» PROMPT
Please output exactly the part of the records below that opens with the line containing "#27=AXIS2_PLACEMENT_3D('',#26,#16,#17);" and closes with the line containing "# FreeCAD 1.0 macro for this part", both lines included, and nothing else.

——

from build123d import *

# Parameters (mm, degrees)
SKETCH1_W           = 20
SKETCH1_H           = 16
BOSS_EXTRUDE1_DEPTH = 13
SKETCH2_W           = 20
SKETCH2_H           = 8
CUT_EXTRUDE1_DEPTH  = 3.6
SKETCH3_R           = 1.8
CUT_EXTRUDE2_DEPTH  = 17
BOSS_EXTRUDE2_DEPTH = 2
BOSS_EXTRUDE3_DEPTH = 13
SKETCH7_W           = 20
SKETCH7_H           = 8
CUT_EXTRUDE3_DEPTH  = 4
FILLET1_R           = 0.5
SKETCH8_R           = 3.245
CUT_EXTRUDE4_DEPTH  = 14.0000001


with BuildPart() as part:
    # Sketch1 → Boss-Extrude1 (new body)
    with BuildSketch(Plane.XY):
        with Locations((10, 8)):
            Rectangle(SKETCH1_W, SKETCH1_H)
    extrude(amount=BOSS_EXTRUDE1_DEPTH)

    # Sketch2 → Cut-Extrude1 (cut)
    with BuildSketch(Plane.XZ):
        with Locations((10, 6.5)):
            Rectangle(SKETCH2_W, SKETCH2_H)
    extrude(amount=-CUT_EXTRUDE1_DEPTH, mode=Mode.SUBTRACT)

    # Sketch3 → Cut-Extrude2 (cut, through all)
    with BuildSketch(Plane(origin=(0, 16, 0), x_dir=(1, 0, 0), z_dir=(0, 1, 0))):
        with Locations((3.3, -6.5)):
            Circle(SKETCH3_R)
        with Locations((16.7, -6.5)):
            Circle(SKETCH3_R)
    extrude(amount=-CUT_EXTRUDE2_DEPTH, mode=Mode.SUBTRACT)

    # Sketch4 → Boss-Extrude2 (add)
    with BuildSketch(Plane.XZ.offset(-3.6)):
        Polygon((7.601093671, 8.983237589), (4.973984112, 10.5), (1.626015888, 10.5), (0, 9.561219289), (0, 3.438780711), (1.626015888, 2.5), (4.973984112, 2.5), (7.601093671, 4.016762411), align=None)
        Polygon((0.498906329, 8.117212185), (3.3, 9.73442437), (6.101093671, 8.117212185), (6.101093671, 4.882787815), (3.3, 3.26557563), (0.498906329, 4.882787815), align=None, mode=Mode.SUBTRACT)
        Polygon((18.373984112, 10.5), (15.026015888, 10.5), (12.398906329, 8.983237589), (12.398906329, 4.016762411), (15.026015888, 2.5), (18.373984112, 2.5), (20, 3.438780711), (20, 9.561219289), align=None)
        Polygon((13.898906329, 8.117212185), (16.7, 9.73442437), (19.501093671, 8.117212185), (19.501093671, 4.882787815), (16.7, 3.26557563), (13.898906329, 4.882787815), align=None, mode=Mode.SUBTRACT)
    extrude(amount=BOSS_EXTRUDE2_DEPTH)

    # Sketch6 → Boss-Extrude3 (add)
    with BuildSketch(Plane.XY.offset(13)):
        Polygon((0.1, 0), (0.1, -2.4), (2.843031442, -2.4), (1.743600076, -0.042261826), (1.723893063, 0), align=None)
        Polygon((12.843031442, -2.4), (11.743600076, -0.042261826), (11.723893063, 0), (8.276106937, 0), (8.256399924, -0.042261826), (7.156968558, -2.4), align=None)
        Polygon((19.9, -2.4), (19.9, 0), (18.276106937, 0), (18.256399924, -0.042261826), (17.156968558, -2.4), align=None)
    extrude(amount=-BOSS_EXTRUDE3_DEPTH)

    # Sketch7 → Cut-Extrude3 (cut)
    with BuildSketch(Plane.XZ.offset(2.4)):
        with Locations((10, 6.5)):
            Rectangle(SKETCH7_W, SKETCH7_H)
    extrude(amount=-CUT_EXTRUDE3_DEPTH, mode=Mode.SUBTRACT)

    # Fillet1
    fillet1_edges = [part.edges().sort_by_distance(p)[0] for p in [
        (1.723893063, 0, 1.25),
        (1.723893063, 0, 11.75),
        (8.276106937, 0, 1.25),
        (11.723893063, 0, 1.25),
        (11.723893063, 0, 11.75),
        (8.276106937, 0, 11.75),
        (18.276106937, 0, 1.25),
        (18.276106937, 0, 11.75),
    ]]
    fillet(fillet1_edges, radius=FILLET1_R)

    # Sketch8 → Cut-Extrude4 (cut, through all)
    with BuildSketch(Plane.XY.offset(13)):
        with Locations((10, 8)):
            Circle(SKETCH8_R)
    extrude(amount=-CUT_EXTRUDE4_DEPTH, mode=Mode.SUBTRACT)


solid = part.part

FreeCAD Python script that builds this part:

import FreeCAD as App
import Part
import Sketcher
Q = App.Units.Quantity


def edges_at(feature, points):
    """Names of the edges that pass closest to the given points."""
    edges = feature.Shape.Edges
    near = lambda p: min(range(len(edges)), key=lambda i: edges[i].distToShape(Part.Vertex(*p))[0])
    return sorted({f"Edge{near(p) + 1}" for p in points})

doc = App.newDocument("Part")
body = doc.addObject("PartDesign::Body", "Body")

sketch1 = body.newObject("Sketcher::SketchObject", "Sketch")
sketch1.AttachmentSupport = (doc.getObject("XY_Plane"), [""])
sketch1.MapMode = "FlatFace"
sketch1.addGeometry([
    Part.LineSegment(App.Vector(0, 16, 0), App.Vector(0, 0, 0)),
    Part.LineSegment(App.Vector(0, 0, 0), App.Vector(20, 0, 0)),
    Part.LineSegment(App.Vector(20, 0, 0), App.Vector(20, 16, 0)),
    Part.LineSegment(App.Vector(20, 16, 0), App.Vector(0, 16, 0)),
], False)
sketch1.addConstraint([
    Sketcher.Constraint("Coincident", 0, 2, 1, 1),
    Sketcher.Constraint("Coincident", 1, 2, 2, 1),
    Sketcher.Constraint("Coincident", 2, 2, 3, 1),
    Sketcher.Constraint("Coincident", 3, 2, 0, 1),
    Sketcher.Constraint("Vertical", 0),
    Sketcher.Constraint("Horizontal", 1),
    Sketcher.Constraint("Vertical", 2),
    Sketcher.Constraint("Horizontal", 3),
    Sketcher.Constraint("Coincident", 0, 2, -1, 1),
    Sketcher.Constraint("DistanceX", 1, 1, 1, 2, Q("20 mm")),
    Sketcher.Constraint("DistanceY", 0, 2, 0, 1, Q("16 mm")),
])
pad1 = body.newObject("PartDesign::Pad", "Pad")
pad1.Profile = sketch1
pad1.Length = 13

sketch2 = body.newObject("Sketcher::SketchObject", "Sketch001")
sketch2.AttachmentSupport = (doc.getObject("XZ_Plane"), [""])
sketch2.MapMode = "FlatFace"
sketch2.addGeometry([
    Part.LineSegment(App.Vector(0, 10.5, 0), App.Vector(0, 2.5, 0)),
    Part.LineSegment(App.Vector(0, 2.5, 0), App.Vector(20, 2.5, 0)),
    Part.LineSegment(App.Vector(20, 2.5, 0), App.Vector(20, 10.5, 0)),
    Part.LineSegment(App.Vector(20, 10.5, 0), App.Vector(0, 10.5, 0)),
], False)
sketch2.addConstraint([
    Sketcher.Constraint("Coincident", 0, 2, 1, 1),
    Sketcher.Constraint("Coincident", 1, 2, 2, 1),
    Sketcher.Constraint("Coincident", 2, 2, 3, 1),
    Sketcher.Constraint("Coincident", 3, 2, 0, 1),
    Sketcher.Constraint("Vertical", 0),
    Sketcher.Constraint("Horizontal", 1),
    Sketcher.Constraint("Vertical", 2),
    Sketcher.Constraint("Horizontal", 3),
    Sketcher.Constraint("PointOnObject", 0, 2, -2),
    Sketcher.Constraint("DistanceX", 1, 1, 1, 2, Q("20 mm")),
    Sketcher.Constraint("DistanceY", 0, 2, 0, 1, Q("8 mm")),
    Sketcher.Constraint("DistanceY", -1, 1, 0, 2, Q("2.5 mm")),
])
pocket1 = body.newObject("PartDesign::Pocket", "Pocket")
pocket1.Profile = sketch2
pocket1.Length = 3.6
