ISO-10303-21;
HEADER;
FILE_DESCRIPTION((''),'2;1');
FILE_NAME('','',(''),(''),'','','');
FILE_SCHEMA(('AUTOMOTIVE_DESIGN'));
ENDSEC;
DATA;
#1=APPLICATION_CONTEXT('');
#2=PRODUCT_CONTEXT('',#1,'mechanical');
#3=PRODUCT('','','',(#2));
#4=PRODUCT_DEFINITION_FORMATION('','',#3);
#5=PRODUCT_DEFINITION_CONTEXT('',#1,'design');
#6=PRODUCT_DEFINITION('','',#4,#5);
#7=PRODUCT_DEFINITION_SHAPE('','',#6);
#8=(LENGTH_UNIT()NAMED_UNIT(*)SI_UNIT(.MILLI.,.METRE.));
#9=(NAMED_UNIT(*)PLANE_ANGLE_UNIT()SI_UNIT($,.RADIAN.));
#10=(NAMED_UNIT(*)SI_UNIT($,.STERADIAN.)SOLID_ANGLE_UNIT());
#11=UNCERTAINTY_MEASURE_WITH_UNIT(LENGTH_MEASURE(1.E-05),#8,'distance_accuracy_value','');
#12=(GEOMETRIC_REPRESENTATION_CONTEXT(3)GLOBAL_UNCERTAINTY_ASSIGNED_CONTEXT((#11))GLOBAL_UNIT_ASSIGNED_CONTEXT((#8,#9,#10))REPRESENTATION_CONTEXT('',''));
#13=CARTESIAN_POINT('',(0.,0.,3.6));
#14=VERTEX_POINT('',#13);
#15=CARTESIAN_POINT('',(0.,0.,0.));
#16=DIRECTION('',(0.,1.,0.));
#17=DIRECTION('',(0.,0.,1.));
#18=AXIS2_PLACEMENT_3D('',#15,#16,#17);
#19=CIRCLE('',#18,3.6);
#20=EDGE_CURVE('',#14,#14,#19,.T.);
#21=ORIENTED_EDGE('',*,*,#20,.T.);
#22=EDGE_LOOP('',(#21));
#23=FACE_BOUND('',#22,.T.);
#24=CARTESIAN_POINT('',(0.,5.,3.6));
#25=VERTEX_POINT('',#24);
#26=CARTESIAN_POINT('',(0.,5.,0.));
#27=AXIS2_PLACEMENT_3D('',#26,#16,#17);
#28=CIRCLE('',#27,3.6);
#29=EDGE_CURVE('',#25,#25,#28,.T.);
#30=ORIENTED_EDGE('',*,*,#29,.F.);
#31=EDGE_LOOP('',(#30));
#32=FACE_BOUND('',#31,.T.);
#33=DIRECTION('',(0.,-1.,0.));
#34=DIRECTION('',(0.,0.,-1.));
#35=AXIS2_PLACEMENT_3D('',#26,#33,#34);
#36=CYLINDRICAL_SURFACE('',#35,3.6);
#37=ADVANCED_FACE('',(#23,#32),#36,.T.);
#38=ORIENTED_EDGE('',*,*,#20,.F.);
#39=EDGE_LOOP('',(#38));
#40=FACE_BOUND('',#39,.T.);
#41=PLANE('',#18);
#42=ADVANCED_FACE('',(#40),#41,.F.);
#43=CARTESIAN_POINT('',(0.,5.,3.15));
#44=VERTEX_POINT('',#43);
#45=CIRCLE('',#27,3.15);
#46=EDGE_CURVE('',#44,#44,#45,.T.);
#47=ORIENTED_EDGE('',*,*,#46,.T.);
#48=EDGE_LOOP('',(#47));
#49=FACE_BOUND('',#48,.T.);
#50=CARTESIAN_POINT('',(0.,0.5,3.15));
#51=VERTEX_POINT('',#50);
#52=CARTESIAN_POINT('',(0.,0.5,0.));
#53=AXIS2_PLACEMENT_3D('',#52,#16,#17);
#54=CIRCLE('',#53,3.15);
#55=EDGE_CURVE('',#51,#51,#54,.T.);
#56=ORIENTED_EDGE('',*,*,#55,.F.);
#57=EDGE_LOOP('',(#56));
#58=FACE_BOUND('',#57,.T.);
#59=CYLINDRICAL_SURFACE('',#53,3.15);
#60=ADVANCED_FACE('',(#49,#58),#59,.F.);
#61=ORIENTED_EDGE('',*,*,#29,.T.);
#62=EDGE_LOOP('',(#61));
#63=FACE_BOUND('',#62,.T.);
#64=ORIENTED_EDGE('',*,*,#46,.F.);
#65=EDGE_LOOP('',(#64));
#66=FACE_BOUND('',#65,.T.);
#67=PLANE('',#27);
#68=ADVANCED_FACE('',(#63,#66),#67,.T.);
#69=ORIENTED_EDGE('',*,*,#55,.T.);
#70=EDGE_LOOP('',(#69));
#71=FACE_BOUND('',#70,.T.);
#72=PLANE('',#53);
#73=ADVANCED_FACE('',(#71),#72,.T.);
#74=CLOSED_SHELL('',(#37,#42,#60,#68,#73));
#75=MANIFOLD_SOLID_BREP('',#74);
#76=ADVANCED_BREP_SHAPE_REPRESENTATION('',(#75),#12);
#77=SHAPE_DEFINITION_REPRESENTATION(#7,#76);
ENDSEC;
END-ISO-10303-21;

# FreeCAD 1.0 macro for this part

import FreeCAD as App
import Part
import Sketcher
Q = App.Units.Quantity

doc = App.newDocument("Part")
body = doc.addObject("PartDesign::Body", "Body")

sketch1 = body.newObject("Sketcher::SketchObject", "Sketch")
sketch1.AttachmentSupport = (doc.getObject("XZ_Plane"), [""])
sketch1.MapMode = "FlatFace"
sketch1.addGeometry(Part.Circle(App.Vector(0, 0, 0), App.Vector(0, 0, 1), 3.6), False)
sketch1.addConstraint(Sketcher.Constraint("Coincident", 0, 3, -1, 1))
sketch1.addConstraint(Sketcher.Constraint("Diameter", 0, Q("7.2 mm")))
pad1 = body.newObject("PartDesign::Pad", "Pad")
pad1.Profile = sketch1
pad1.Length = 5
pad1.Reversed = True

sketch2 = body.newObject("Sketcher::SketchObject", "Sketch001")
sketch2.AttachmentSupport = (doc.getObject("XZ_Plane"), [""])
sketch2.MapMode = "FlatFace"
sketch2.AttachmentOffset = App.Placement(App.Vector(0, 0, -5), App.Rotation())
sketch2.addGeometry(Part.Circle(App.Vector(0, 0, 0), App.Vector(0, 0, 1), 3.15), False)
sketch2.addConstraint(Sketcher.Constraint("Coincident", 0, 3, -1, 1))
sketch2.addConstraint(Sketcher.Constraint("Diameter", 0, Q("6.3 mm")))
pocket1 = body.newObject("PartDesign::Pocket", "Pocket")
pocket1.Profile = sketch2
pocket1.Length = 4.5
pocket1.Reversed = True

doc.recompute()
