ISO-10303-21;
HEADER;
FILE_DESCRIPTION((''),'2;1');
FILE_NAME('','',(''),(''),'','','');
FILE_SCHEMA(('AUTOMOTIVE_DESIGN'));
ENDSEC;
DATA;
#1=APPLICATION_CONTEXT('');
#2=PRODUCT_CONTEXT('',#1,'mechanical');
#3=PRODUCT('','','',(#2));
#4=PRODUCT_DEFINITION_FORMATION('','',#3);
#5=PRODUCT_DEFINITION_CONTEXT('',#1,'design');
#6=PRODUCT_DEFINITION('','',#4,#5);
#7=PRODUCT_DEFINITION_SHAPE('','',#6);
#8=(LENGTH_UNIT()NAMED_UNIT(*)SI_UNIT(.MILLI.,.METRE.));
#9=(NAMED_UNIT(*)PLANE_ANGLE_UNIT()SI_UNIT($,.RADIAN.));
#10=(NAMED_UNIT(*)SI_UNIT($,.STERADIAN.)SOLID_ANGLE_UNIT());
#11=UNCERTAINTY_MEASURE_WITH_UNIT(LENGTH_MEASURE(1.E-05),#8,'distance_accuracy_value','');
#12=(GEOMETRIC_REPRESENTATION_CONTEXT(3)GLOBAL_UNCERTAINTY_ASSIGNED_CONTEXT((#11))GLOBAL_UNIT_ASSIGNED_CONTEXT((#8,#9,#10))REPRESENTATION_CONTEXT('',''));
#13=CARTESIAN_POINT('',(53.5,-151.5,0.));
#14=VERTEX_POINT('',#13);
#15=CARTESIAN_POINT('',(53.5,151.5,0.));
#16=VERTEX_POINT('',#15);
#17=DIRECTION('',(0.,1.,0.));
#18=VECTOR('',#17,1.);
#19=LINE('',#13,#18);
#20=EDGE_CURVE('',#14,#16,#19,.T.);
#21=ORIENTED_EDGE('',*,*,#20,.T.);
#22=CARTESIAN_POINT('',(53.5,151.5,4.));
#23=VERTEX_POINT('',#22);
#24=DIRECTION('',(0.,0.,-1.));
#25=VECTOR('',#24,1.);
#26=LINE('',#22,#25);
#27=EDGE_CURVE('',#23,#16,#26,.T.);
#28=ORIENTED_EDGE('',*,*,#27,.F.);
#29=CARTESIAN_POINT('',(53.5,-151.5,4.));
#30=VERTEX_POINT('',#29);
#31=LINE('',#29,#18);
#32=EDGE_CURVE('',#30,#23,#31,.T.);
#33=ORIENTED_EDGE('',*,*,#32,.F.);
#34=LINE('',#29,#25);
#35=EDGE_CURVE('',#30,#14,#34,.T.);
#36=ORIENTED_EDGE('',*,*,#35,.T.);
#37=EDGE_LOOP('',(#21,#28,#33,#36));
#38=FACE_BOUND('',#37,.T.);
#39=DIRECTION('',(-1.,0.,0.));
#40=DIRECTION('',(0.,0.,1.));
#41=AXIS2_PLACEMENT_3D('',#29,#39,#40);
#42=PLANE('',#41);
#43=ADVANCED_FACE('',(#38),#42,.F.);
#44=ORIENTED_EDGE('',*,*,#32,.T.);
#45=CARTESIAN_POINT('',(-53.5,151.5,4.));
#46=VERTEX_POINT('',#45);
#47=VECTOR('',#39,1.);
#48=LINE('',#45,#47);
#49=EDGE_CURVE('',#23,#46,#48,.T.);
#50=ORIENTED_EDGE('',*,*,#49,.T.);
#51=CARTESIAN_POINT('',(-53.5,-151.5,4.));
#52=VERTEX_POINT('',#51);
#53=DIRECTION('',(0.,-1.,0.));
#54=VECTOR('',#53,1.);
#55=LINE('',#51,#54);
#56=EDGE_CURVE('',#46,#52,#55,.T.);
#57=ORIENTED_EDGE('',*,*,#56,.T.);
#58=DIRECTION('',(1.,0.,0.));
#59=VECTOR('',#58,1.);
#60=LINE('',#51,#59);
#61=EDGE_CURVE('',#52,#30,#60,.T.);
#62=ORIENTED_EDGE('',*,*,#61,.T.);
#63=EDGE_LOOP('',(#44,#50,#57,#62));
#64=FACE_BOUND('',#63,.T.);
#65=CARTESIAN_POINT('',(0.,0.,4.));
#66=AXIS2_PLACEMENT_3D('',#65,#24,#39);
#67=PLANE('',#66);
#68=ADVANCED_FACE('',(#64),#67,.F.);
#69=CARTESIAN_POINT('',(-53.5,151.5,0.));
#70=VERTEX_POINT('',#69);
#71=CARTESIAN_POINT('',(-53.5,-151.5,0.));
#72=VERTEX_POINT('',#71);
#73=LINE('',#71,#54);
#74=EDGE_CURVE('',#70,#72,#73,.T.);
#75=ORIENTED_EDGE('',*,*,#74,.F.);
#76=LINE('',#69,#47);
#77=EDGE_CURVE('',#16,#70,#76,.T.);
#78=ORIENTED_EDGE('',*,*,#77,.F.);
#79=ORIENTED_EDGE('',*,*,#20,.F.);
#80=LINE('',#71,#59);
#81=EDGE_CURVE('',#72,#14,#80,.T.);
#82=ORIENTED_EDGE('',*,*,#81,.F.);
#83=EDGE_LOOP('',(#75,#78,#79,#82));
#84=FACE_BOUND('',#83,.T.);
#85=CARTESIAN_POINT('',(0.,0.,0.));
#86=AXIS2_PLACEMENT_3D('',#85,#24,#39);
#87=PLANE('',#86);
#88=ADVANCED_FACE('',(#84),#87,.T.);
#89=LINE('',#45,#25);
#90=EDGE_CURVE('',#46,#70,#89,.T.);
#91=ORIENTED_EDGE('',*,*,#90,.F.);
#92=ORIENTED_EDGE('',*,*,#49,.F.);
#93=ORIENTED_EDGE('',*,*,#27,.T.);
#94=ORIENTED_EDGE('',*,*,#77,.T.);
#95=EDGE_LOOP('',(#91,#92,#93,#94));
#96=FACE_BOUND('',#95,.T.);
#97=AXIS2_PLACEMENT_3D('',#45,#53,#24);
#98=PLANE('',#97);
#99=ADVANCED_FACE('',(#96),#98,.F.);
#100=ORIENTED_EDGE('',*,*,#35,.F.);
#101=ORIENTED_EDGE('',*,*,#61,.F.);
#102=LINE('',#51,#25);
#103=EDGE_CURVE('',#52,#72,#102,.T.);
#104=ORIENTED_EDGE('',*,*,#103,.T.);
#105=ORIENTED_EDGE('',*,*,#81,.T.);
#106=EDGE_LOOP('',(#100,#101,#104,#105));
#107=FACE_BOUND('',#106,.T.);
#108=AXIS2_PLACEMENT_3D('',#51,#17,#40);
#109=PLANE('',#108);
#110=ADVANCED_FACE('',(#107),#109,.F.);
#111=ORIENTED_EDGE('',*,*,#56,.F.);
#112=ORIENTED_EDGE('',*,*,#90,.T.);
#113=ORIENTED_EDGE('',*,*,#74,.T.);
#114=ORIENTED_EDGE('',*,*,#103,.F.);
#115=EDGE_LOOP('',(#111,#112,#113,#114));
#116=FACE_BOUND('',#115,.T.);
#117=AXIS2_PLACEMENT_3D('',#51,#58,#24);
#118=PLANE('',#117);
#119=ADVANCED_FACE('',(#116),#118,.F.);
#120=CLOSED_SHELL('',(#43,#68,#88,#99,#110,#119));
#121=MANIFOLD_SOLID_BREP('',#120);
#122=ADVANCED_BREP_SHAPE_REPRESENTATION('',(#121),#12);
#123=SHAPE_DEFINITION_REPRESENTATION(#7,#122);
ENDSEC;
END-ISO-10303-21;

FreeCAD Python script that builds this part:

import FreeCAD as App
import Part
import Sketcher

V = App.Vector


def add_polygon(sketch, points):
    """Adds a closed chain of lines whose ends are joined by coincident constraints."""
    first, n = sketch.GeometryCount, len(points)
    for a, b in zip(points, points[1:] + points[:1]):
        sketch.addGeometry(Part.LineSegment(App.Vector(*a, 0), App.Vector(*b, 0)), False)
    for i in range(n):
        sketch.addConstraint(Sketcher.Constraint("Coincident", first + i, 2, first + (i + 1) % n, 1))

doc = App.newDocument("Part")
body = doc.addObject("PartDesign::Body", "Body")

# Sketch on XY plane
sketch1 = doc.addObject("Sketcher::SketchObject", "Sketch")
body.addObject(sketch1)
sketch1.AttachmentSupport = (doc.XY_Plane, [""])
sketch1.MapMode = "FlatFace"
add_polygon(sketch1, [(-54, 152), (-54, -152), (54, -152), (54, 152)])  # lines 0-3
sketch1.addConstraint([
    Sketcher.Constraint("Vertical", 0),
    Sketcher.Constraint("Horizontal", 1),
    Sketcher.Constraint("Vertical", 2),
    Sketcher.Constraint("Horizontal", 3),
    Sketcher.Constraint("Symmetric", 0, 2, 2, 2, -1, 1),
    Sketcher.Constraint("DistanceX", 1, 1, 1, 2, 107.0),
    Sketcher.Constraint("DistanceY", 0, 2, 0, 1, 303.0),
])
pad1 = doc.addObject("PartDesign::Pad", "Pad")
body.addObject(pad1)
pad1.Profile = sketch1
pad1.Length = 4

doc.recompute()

——

» TASK SOLUTION
#27=AXIS2_PLACEMENT_3D('',#26,#16,#17);
#28=CIRCLE('',#27,3.6);
#29=EDGE_CURVE('',#25,#25,#28,.T.);
#30=ORIENTED_EDGE('',*,*,#29,.F.);
#31=EDGE_LOOP('',(#30));
#32=FACE_BOUND('',#31,.T.);
#33=DIRECTION('',(0.,-1.,0.));
#34=DIRECTION('',(0.,0.,-1.));
#35=AXIS2_PLACEMENT_3D('',#26,#33,#34);
#36=CYLINDRICAL_SURFACE('',#35,3.6);
#37=ADVANCED_FACE('',(#23,#32),#36,.T.);
#38=ORIENTED_EDGE('',*,*,#20,.F.);
#39=EDGE_LOOP('',(#38));
#40=FACE_BOUND('',#39,.T.);
#41=PLANE('',#18);
#42=ADVANCED_FACE('',(#40),#41,.F.);
#43=CARTESIAN_POINT('',(0.,5.,3.15));
#44=VERTEX_POINT('',#43);
#45=CIRCLE('',#27,3.15);
#46=EDGE_CURVE('',#44,#44,#45,.T.);
#47=ORIENTED_EDGE('',*,*,#46,.T.);
#48=EDGE_LOOP('',(#47));
#49=FACE_BOUND('',#48,.T.);
#50=CARTESIAN_POINT('',(0.,0.5,3.15));
#51=VERTEX_POINT('',#50);
#52=CARTESIAN_POINT('',(0.,0.5,0.));
#53=AXIS2_PLACEMENT_3D('',#52,#16,#17);
#54=CIRCLE('',#53,3.15);
#55=EDGE_CURVE('',#51,#51,#54,.T.);
#56=ORIENTED_EDGE('',*,*,#55,.F.);
#57=EDGE_LOOP('',(#56));
#58=FACE_BOUND('',#57,.T.);
#59=CYLINDRICAL_SURFACE('',#53,3.15);
#60=ADVANCED_FACE('',(#49,#58),#59,.F.);
#61=ORIENTED_EDGE('',*,*,#29,.T.);
#62=EDGE_LOOP('',(#61));
#63=FACE_BOUND('',#62,.T.);
#64=ORIENTED_EDGE('',*,*,#46,.F.);
#65=EDGE_LOOP('',(#64));
#66=FACE_BOUND('',#65,.T.);
#67=PLANE('',#27);
#68=ADVANCED_FACE('',(#63,#66),#67,.T.);
#69=ORIENTED_EDGE('',*,*,#55,.T.);
#70=EDGE_LOOP('',(#69));
#71=FACE_BOUND('',#70,.T.);
#72=PLANE('',#53);
#73=ADVANCED_FACE('',(#71),#72,.T.);
#74=CLOSED_SHELL('',(#37,#42,#60,#68,#73));
#75=MANIFOLD_SOLID_BREP('',#74);
#76=ADVANCED_BREP_SHAPE_REPRESENTATION('',(#75),#12);
#77=SHAPE_DEFINITION_REPRESENTATION(#7,#76);
ENDSEC;
END-ISO-10303-21;

# FreeCAD 1.0 macro for this part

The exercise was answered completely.